Selecting Multiple Biomarker Subsets with Similarly Effective Binary Classification Performances
07:35

Selecting Multiple Biomarker Subsets with Similarly Effective Binary Classification Performances

Published on: October 11, 2018

An approximation algorithm for the Noah's Ark problem with random feature loss.
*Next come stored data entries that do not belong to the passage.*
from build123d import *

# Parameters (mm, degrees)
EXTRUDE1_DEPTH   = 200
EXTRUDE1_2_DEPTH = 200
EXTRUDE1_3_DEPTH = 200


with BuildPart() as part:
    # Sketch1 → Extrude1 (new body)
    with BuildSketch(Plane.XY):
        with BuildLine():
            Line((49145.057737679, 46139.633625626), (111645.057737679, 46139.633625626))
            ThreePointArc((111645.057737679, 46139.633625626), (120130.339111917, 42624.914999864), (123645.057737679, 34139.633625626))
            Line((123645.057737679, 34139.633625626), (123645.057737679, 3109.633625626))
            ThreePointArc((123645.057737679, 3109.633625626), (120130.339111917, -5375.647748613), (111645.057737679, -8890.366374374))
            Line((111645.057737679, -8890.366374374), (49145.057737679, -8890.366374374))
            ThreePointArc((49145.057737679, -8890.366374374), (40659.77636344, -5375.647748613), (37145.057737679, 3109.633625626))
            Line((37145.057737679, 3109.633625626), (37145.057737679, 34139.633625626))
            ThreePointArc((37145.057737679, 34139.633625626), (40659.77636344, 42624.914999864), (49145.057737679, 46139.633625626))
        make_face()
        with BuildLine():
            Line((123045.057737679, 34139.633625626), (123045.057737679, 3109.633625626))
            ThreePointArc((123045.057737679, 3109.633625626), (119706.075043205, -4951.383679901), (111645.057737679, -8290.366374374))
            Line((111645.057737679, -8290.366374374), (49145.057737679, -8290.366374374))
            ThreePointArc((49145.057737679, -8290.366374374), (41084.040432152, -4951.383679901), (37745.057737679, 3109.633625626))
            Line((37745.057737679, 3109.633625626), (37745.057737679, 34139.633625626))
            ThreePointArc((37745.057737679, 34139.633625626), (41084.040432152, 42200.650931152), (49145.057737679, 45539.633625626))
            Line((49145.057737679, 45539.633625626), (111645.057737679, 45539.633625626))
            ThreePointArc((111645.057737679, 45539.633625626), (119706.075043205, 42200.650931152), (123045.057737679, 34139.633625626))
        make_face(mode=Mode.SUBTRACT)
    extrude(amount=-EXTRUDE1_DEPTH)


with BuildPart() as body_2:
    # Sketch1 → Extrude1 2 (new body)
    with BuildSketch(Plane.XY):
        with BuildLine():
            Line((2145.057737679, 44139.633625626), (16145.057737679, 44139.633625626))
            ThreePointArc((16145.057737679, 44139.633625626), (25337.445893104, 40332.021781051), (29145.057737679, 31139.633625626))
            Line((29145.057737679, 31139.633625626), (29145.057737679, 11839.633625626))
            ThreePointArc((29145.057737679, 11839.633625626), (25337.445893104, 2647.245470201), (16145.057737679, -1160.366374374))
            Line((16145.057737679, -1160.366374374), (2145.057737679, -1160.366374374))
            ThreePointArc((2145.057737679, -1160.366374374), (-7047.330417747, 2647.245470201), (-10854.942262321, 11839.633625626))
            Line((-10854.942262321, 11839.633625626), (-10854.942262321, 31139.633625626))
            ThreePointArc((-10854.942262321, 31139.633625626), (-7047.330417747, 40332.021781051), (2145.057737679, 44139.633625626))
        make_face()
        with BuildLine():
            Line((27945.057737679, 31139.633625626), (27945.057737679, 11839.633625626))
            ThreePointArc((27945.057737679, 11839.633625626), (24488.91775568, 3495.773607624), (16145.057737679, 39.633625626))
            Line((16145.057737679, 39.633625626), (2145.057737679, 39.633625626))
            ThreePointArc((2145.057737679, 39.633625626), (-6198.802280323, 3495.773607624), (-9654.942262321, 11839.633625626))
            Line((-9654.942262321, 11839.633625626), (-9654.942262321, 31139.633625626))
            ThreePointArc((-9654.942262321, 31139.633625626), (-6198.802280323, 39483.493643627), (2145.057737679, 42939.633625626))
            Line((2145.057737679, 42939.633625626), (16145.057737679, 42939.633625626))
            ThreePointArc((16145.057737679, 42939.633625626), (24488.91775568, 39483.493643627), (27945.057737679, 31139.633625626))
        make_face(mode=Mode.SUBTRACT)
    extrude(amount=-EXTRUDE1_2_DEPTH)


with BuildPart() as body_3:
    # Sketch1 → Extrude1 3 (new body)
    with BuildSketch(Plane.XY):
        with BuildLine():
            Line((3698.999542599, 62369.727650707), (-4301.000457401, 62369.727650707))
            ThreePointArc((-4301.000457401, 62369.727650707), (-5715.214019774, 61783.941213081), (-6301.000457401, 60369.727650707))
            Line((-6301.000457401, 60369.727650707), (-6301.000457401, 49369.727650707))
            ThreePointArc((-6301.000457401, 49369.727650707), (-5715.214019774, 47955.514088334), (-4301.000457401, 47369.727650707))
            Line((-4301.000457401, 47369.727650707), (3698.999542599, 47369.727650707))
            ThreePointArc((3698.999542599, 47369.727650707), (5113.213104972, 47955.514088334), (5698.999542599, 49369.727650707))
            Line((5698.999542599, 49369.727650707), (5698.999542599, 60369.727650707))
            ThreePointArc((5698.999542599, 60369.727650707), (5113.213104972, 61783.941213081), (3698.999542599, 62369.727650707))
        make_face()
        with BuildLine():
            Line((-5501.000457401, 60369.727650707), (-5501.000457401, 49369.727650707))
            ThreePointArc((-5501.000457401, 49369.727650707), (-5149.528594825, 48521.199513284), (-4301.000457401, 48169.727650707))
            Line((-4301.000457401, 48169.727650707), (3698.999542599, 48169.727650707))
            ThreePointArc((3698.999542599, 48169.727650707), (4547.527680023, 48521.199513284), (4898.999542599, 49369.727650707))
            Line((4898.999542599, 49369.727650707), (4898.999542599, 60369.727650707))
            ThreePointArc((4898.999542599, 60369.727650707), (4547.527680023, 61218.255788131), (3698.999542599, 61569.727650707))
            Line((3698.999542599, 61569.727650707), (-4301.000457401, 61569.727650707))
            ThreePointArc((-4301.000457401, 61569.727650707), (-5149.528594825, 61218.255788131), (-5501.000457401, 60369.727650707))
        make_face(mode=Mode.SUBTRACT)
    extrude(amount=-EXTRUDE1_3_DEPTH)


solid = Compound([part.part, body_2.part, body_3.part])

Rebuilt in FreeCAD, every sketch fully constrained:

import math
import FreeCAD as App
import Part
import Sketcher

V = App.Vector

doc = App.newDocument("Part")
body = doc.addObject("PartDesign::Body", "Body")

sketch1 = body.newObject("Sketcher::SketchObject", "Sketch")
sketch1.AttachmentSupport = (doc.getObject("XY_Plane"), [""])
sketch1.MapMode = "FlatFace"
sketch1.addGeometry(Part.LineSegment(V(111645.057738, 46139.633626, 0), V(49145.057738, 46139.633626, 0)), False)
sketch1.addGeometry(Part.ArcOfCircle(Part.Circle(V(49145.057738, 34139.633626, 0), V(0, 0, 1), 12000), math.radians(90), math.radians(180)), False)
sketch1.addGeometry(Part.LineSegment(V(37145.057738, 34139.633626, 0), V(37145.057738, 3109.633626, 0)), False)
sketch1.addGeometry(Part.ArcOfCircle(Part.Circle(V(49145.057738, 3109.633626, 0), V(0, 0, 1), 12000), math.radians(180), math.radians(270)), False)
sketch1.addGeometry(Part.LineSegment(V(49145.057738, -8890.366374, 0), V(111645.057738, -8890.366374, 0)), False)
sketch1.addGeometry(Part.ArcOfCircle(Part.Circle(V(111645.057738, 3109.633626, 0), V(0, 0, 1), 12000), math.radians(-90), math.radians(0)), False)
sketch1.addGeometry(Part.LineSegment(V(123645.057738, 3109.633626, 0), V(123645.057738, 34139.633626, 0)), False)
sketch1.addGeometry(Part.ArcOfCircle(Part.Circle(V(111645.057738, 34139.633626, 0), V(0, 0, 1), 12000), math.radians(0), math.radians(90)), False)
sketch1.addGeometry(Part.LineSegment(V(123045.057738, 34139.633626, 0), V(123045.057738, 3109.633626, 0)), False)
sketch1.addGeometry(Part.ArcOfCircle(Part.Circle(V(111645.057738, 3109.633626, 0), V(0, 0, 1), 11400), math.radians(-90), math.radians(0)), False)
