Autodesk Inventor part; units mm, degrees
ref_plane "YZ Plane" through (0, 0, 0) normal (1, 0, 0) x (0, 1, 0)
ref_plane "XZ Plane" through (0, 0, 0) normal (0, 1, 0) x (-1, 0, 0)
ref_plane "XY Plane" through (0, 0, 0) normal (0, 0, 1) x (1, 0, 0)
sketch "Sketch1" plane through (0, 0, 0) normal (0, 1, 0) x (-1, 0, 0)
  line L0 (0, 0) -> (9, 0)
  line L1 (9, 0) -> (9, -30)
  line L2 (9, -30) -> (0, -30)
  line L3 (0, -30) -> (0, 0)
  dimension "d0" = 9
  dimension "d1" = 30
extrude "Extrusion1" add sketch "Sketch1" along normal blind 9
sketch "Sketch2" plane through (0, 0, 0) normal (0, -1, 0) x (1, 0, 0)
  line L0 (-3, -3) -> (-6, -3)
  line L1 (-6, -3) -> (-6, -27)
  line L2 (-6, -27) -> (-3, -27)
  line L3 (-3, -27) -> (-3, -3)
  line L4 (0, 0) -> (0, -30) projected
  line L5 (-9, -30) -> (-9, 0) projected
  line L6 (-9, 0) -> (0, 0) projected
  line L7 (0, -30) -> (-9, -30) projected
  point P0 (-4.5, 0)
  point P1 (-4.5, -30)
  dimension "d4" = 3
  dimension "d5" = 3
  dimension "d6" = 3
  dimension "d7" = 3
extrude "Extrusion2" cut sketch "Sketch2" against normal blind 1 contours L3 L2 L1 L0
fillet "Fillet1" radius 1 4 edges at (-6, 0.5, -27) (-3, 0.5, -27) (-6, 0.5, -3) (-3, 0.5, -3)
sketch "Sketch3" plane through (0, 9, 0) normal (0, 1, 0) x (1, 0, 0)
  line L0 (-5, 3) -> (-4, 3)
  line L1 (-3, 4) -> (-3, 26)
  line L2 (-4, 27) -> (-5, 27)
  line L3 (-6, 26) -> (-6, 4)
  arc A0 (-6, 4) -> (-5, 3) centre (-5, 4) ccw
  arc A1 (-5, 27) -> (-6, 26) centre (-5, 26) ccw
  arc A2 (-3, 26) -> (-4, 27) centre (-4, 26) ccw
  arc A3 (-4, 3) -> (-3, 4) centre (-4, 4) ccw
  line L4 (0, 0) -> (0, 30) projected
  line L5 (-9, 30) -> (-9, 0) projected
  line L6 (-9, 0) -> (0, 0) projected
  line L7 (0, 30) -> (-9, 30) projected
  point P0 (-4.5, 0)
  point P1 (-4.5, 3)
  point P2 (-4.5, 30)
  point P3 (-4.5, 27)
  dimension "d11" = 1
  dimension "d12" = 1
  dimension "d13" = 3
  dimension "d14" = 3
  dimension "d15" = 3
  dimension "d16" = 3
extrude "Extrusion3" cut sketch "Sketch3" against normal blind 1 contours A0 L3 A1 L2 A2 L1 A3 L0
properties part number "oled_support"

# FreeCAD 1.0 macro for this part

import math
import FreeCAD as App
import Part
import Sketcher
Q = App.Units.Quantity


def edges_at(feature, points):
    """Names of the edges that pass closest to the given points."""
    edges = feature.Shape.Edges
    near = lambda p: min(range(len(edges)), key=lambda i: edges[i].distToShape(Part.Vertex(*p))[0])
    return sorted({f"Edge{near(p) + 1}" for p in points})

doc = App.newDocument("Part")
params = doc.addObject("Spreadsheet::Sheet", "Params")
for row, (alias, value) in enumerate([
    ("sketch1_width", "9 mm"),
    ("sketch1_height", "30 mm"),
    ("pad1_length", "9 mm"),
    ("sketch2_width", "3 mm"),
    ("sketch2_height", "24 mm"),
    ("pocket1_length", "1 mm"),
    ("fillet_radius", "1 mm"),
    ("sketch3_radius", "1 mm"),
    ("sketch3_width", "1 mm"),
    ("sketch3_height", "22 mm"),
    ("pocket2_length", "1 mm"),
], start=1):
    params.set(f"A{row}", alias)
    params.set(f"B{row}", "=" + value)
    params.setAlias(f"B{row}", alias)

body = doc.addObject("PartDesign::Body", "Body")

# Sketch on XZ plane
sketch1 = body.newObject("Sketcher::SketchObject", "Sketch")
sketch1.AttachmentSupport = (doc.getObject("XZ_Plane"), [""])
sketch1.MapMode = "FlatFace"
sketch1.addGeometry([
    Part.LineSegment(App.Vector(-9, 0, 0), App.Vector(0, 0, 0)),
    Part.LineSegment(App.Vector(0, 0, 0), App.Vector(0, -30, 0)),
    Part.LineSegment(App.Vector(0, -30, 0), App.Vector(-9, -30, 0)),
    Part.LineSegment(App.Vector(-9, -30, 0), App.Vector(-9, 0, 0)),
], False)
sketch1.addConstraint([
    Sketcher.Constraint("Coincident", 0, 2, 1, 1),
    Sketcher.Constraint("Coincident", 1, 2, 2, 1),
    Sketcher.Constraint("Coincident", 2, 2, 3, 1),
    Sketcher.Constraint("Coincident", 3, 2, 0, 1),
    Sketcher.Constraint("Horizontal", 0),
    Sketcher.Constraint("Vertical", 1),
    Sketcher.Constraint("Horizontal", 2),
    Sketcher.Constraint("Vertical", 3),
    Sketcher.Constraint("Coincident", 0, 2, -1, 1),
    Sketcher.Constraint("DistanceX", 0, 1, 0, 2, Q("9 mm")),
    Sketcher.Constraint("DistanceY", 1, 2, 1, 1, Q("30 mm")),
])
sketch1.setExpression("Constraints[9]", "Params.sketch1_width")
sketch1.setExpression("Constraints[10]", "Params.sketch1_height")
pad1 = body.newObject("PartDesign::Pad", "Pad")
pad1.Profile = sketch1
pad1.setExpression("Length", "Params.pad1_length")
pad1.Reversed = True

# Sketch on XZ plane
sketch2 = body.newObject("Sketcher::SketchObject", "Sketch001")
sketch2.AttachmentSupport = (doc.getObject("XZ_Plane"), [""])
sketch2.MapMode = "FlatFace"
sketch2.addGeometry([
    Part.LineSegment(App.Vector(-3, -27, 0), App.Vector(-3, -3, 0)),
    Part.LineSegment(App.Vector(-3, -3, 0), App.Vector(-6, -3, 0)),
    Part.LineSegment(App.Vector(-6, -3, 0), App.Vector(-6, -27, 0)),
    Part.LineSegment(App.Vector(-6, -27, 0), App.Vector(-3, -27, 0)),
], False)
sketch2.addConstraint([
    Sketcher.Constraint("Coincident", 0, 2, 1, 1),
    Sketcher.Constraint("Coincident", 1, 2, 2, 1),
    Sketcher.Constraint("Coincident", 2, 2, 3, 1),
    Sketcher.Constraint("Coincident", 3, 2, 0, 1),
    Sketcher.Constraint("Vertical", 0),
    Sketcher.Constraint("Horizontal", 1),
    Sketcher.Constraint("Vertical", 2),
    Sketcher.Constraint("Horizontal", 3),
    Sketcher.Constraint("DistanceX", 1, 2, 1, 1, Q("3 mm")),
    Sketcher.Constraint("DistanceX", 0, 2, -1, 1, Q("3 mm")),
    Sketcher.Constraint("DistanceY", 0, 2, -1, 1, Q("3 mm")),
    Sketcher.Constraint("DistanceY", 0, 1, 0, 2, Q("24 mm")),
])
sketch2.setExpression("Constraints[8]", "Params.sketch2_width")
sketch2.setExpression("Constraints[11]", "Params.sketch2_height")
pocket1 = body.newObject("PartDesign::Pocket", "Pocket")
pocket1.Profile = sketch2
pocket1.setExpression("Length", "Params.pocket1_length")
doc.recompute()

fillet = body.newObject("PartDesign::Fillet", "Fillet")
fillet.Base = (pocket1, edges_at(pocket1, [
    (-6, 0.5, -27),
    (-3, 0.5, -27),
    (-6, 0.5, -3),
    (-3, 0.5, -3),
]))
fillet.setExpression("Radius", "Params.fillet_radius")

# Sketch on XZ plane
sketch3 = body.newObject("Sketcher::SketchObject", "Sketch002")
sketch3.AttachmentSupport = (doc.getObject("XZ_Plane"), [""])
sketch3.MapMode = "FlatFace"
sketch3.AttachmentOffset = App.Placement(App.Vector(0, 0, -9), App.Rotation())
sketch3.addGeometry([
    Part.ArcOfCircle(Part.Circle(App.Vector(-5, -4, 0), App.Vector(0, 0, 1), 1), math.radians(90), math.radians(180)),  # 0
    Part.LineSegment(App.Vector(-5, -3, 0), App.Vector(-4, -3, 0)),  # 1
    Part.ArcOfCircle(Part.Circle(App.Vector(-4, -4, 0), App.Vector(0, 0, 1), 1), math.radians(0), math.radians(90)),  # 2
    Part.LineSegment(App.Vector(-3, -4, 0), App.Vector(-3, -26, 0)),  # 3
    Part.ArcOfCircle(Part.Circle(App.Vector(-4, -26, 0), App.Vector(0, 0, 1), 1), math.radians(-90), math.radians(0)),  # 4
    Part.LineSegment(App.Vector(-4, -27, 0), App.Vector(-5, -27, 0)),  # 5
    Part.ArcOfCircle(Part.Circle(App.Vector(-5, -26, 0), App.Vector(0, 0, 1), 1), math.radians(180), math.radians(270)),  # 6
    Part.LineSegment(App.Vector(-6, -26, 0), App.Vector(-6, -4, 0)),  # 7
], False)
sketch3.addConstraint([
    Sketcher.Constraint("Tangent", 0, 1, 1, 1),
    Sketcher.Constraint("Tangent", 1, 2, 2, 2),
    Sketcher.Constraint("Tangent", 2, 1, 3, 1),
    Sketcher.Constraint("Tangent", 3, 2, 4, 2),
    Sketcher.Constraint("Tangent", 4, 1, 5, 1),
    Sketcher.Constraint("Tangent", 5, 2, 6, 2),
    Sketcher.Constraint("Tangent", 6, 1, 7, 1),
    Sketcher.Constraint("Tangent", 7, 2, 0, 2),
    Sketcher.Constraint("Horizontal", 1),
    Sketcher.Constraint("Vertical", 3),
    Sketcher.Constraint("Horizontal", 5),
    Sketcher.Constraint("Vertical", 7),
    Sketcher.Constraint("Equal", 0, 2),
    Sketcher.Constraint("Equal", 2, 4),
    Sketcher.Constraint("Equal", 4, 6),
    Sketcher.Constraint("Radius", 0, Q("1 mm")),
    Sketcher.Constraint("DistanceX", 1, 1, 1, 2, Q("1 mm")),
    Sketcher.Constraint("DistanceY", 0, 1, -1, 1, Q("3 mm")),
    Sketcher.Constraint("DistanceX", 2, 1, -1, 1, Q("3 mm")),
    Sketcher.Constraint("DistanceY", 3, 2, 3, 1, Q("22 mm")),
])
sketch3.setExpression("Constraints[15]", "Params.sketch3_radius")
sketch3.setExpression("Constraints[16]", "Params.sketch3_width")
sketch3.setExpression("Constraints[19]", "Params.sketch3_height")
pocket2 = body.newObject("PartDesign::Pocket", "Pocket001")
pocket2.Profile = sketch3
pocket2.setExpression("Length", "Params.pocket2_length")
pocket2.Reversed = True

doc.recompute()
Glenn Hickey1, Mathieu Blanchette, Paz Carmi

  • 1School of Computer Science,McGill University, 3480 University Street, McConnell Engineering Building, Room 318, Montreal, QC H3A 2A7, Canada. hickey@mcb.mcgill.ca

IEEE/ACM Transactions on Computational Biology and Bioinformatics
|May 19, 2010
PubMed
Summary
This summary is machine-generated.

This study introduces a new conservation optimization model, the Noah's Ark Problem with Loss (NAPL), accounting for feature loss in phylogenetic diversity. A novel approximation scheme is presented for this complex biodiversity problem.

Related Experiment Videos

Last Updated: Jun 13, 2026

Selecting Multiple Biomarker Subsets with Similarly Effective Binary Classification Performances
07:35

Selecting Multiple Biomarker Subsets with Similarly Effective Binary Classification Performances

Published on: October 11, 2018

Area of Science:

  • Ecology
  • Conservation Biology
  • Computational Biology

Background:

  • Phylogenetic diversity (PD) is a key biodiversity metric in conservation, measuring evolutionary distinctness.
  • The Noah's Ark Problem (NAP) optimizes taxon selection for maximum PD within a budget, but existing solutions are limited.
  • Current models may not adequately represent information loss along phylogenetic paths.

Purpose of the Study:

  • To generalize the Noah's Ark Problem (NAP) by incorporating a model for feature loss.
  • To address limitations of existing biodiversity optimization models in ecological conservation.
  • To introduce and solve the Noah's Ark Problem with Loss (NAPL).

Main Methods:

  • Generalizing the Noah's Ark Problem (NAP) to include feature loss modeled by an exponential distribution.
  • Developing a pseudopolynomial time approximation scheme for the generalized problem (NAPL).

Main Results:

  • The study presents a novel approximation scheme for the Noah's Ark Problem with Loss (NAPL).
  • This scheme provides a method to address complex conservation scenarios involving feature loss.
  • The work extends previous research on biodiversity optimization problems.

Conclusions:

  • The developed approximation scheme offers a viable computational approach for the NAPL.
  • This research enhances biodiversity conservation planning by incorporating realistic feature loss models.
  • The findings contribute to a more robust understanding of phylogenetic diversity in conservation contexts.